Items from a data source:
=== Begin Enclosure ===

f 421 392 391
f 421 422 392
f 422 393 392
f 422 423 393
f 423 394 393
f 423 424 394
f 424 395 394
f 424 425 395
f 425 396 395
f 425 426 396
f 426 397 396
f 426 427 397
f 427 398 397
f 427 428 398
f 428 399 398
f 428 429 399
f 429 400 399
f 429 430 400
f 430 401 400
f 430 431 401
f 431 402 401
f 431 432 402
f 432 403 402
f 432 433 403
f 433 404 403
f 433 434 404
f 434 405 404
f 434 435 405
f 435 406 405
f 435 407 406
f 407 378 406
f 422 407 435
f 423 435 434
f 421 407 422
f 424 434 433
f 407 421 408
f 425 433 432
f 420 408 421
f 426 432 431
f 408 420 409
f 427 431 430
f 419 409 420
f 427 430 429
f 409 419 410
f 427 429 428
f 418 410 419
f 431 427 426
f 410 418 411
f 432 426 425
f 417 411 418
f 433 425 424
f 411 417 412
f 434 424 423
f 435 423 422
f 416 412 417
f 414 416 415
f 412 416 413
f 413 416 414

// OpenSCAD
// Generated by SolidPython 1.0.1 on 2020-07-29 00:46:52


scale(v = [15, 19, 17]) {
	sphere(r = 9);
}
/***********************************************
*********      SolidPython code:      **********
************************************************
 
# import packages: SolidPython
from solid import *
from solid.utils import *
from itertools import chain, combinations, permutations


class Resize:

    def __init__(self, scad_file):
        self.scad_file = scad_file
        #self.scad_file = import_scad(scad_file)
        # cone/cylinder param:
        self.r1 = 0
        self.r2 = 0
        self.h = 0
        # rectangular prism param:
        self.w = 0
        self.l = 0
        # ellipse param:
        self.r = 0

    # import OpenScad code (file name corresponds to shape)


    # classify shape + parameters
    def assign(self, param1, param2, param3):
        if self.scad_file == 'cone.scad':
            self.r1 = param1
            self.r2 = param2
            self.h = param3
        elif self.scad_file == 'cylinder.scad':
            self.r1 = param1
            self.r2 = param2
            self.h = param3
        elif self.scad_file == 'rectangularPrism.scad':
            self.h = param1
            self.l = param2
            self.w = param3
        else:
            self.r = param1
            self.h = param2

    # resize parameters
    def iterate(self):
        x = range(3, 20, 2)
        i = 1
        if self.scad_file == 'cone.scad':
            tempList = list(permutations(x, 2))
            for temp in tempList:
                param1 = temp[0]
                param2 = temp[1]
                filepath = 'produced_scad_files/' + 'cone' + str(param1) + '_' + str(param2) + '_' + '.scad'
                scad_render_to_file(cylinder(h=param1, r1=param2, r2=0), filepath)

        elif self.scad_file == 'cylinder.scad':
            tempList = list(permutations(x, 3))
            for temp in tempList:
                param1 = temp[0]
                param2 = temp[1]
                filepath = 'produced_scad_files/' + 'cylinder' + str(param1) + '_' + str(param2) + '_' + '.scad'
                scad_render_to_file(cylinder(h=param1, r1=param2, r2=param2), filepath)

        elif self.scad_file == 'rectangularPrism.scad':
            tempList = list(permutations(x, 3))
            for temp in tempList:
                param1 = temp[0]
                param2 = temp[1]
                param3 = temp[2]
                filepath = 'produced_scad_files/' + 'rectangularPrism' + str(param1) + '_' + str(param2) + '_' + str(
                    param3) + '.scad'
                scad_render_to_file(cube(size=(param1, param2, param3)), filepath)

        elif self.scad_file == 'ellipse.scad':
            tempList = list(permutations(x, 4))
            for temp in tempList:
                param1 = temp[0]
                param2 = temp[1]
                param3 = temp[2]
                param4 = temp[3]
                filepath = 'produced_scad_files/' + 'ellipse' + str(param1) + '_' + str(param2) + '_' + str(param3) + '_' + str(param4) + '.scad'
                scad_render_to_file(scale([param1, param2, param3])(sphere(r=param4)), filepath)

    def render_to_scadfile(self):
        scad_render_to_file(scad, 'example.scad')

=== End Enclosure ===

• _What is being asked_:
The task calls for all the records above to be repeated exactly.

• _Result_:
f 421 392 391
f 421 422 392
f 422 393 392
f 422 423 393
f 423 394 393
f 423 424 394
f 424 395 394
f 424 425 395
f 425 396 395
f 425 426 396
f 426 397 396
f 426 427 397
f 427 398 397
f 427 428 398
f 428 399 398
f 428 429 399
f 429 400 399
f 429 430 400
f 430 401 400
f 430 431 401
f 431 402 401
f 431 432 402
f 432 403 402
f 432 433 403
f 433 404 403
f 433 434 404
f 434 405 404
f 434 435 405
f 435 406 405
f 435 407 406
f 407 378 406
f 422 407 435
f 423 435 434
f 421 407 422
f 424 434 433
f 407 421 408
f 425 433 432
f 420 408 421
f 426 432 431
f 408 420 409
f 427 431 430
f 419 409 420
f 427 430 429
f 409 419 410
f 427 429 428
f 418 410 419
f 431 427 426
f 410 418 411
f 432 426 425
f 417 411 418
f 433 425 424
f 411 417 412
f 434 424 423
f 435 423 422
f 416 412 417
f 414 416 415
f 412 416 413
f 413 416 414

// OpenSCAD
// Generated by SolidPython 1.0.1 on 2020-07-29 00:46:52


scale(v = [15, 19, 17]) {
	sphere(r = 9);
}
/***********************************************
*********      SolidPython code:      **********
************************************************
 
# import packages: SolidPython
from solid import *
from solid.utils import *
from itertools import chain, combinations, permutations


class Resize:

    def __init__(self, scad_file):
        self.scad_file = scad_file
        #self.scad_file = import_scad(scad_file)
        # cone/cylinder param:
        self.r1 = 0
        self.r2 = 0
        self.h = 0
        # rectangular prism param:
        self.w = 0
        self.l = 0
        # ellipse param:
        self.r = 0

    # import OpenScad code (file name corresponds to shape)


    # classify shape + parameters
    def assign(self, param1, param2, param3):
        if self.scad_file == 'cone.scad':
            self.r1 = param1
            self.r2 = param2
            self.h = param3
        elif self.scad_file == 'cylinder.scad':
            self.r1 = param1
            self.r2 = param2
            self.h = param3
        elif self.scad_file == 'rectangularPrism.scad':
            self.h = param1
            self.l = param2
            self.w = param3
        else:
            self.r = param1
            self.h = param2

    # resize parameters
    def iterate(self):
        x = range(3, 20, 2)
        i = 1
        if self.scad_file == 'cone.scad':
            tempList = list(permutations(x, 2))
            for temp in tempList:
                param1 = temp[0]
                param2 = temp[1]
                filepath = 'produced_scad_files/' + 'cone' + str(param1) + '_' + str(param2) + '_' + '.scad'
                scad_render_to_file(cylinder(h=param1, r1=param2, r2=0), filepath)

        elif self.scad_file == 'cylinder.scad':
            tempList = list(permutations(x, 3))
            for temp in tempList:
                param1 = temp[0]
                param2 = temp[1]
                filepath = 'produced_scad_files/' + 'cylinder' + str(param1) + '_' + str(param2) + '_' + '.scad'
                scad_render_to_file(cylinder(h=param1, r1=param2, r2=param2), filepath)

        elif self.scad_file == 'rectangularPrism.scad':
            tempList = list(permutations(x, 3))
            for temp in tempList:
                param1 = temp[0]
                param2 = temp[1]
                param3 = temp[2]
                filepath = 'produced_scad_files/' + 'rectangularPrism' + str(param1) + '_' + str(param2) + '_' + str(
                    param3) + '.scad'
                scad_render_to_file(cube(size=(param1, param2, param3)), filepath)

        elif self.scad_file == 'ellipse.scad':
            tempList = list(permutations(x, 4))
            for temp in tempList:
                param1 = temp[0]
                param2 = temp[1]
                param3 = temp[2]
                param4 = temp[3]
                filepath = 'produced_scad_files/' + 'ellipse' + str(param1) + '_' + str(param2) + '_' + str(param3) + '_' + str(param4) + '.scad'
                scad_render_to_file(scale([param1, param2, param3])(sphere(r=param4)), filepath)

    def render_to_scadfile(self):
        scad_render_to_file(scad, 'example.scad')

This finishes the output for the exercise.